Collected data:
* * * *
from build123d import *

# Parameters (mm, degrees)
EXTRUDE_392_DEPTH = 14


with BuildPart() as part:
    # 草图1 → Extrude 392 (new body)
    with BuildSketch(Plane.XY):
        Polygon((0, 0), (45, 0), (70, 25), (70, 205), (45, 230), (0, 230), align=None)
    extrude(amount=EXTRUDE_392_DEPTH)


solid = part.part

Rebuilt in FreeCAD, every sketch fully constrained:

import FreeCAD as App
import Part
import Sketcher

V = App.Vector

doc = App.newDocument("Part")
body = doc.addObject("PartDesign::Body", "Body")

# Sketch on XY plane
sketch1 = body.newObject("Sketcher::SketchObject", "Sketch")
sketch1.AttachmentSupport = (doc.getObject("XY_Plane"), [""])
sketch1.MapMode = "FlatFace"
sketch1.addGeometry(Part.LineSegment(V(0, 0, 0), V(45, 0, 0)), False)
sketch1.addGeometry(Part.LineSegment(V(45, 0, 0), V(70, 25, 0)), False)
sketch1.addGeometry(Part.LineSegment(V(70, 25, 0), V(70, 205, 0)), False)
sketch1.addGeometry(Part.LineSegment(V(70, 205, 0), V(45, 230, 0)), False)
sketch1.addGeometry(Part.LineSegment(V(45, 230, 0), V(0, 230, 0)), False)
sketch1.addGeometry(Part.LineSegment(V(0, 230, 0), V(0, 0, 0)), False)
sketch1.addConstraint(Sketcher.Constraint("Coincident", 0, 2, 1, 1))
sketch1.addConstraint(Sketcher.Constraint("Coincident", 1, 2, 2, 1))
sketch1.addConstraint(Sketcher.Constraint("Coincident", 2, 2, 3, 1))
sketch1.addConstraint(Sketcher.Constraint("Coincident", 3, 2, 4, 1))
sketch1.addConstraint(Sketcher.Constraint("Coincident", 4, 2, 5, 1))
sketch1.addConstraint(Sketcher.Constraint("Coincident", 5, 2, 0, 1))
sketch1.addConstraint(Sketcher.Constraint("Horizontal", 0))
sketch1.addConstraint(Sketcher.Constraint("Vertical", 2))
sketch1.addConstraint(Sketcher.Constraint("Horizontal", 4))
sketch1.addConstraint(Sketcher.Constraint("Vertical", 5))
sketch1.addConstraint(Sketcher.Constraint("Coincident", 5, 2, -1, 1))
sketch1.addConstraint(Sketcher.Constraint("Perpendicular", 1, 3))
sketch1.addConstraint(Sketcher.Constraint("Vertical", 0, 2, 3, 2))
sketch1.addConstraint(Sketcher.Constraint("Equal", 1, 3))
sketch1.addConstraint(Sketcher.Constraint("DistanceX", 0, 1, 0, 2, 45.0))
sketch1.addConstraint(Sketcher.Constraint("DistanceY", 2, 1, 2, 2, 180.0))
sketch1.addConstraint(Sketcher.Constraint("DistanceY", 5, 2, 5, 1, 230.0))
pad1 = body.newObject("PartDesign::Pad", "Pad")
pad1.Profile = sketch1
pad1.Length = 14

doc.recompute()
* * * *
• **WORK INSTRUCTIONS**
All that belongs in the answer is an exact copy of the lines from the start of the records above through the line with "(0, 230), align=None)".

• **SOLUTION FOR THIS TASK**
from build123d import *

# Parameters (mm, degrees)
EXTRUDE_392_DEPTH = 14


with BuildPart() as part:
    # 草图1 → Extrude 392 (new body)
    with BuildSketch(Plane.XY):
        Polygon((0, 0), (45, 0), (70, 25), (70, 205), (45, 230), (0, 230), align=None)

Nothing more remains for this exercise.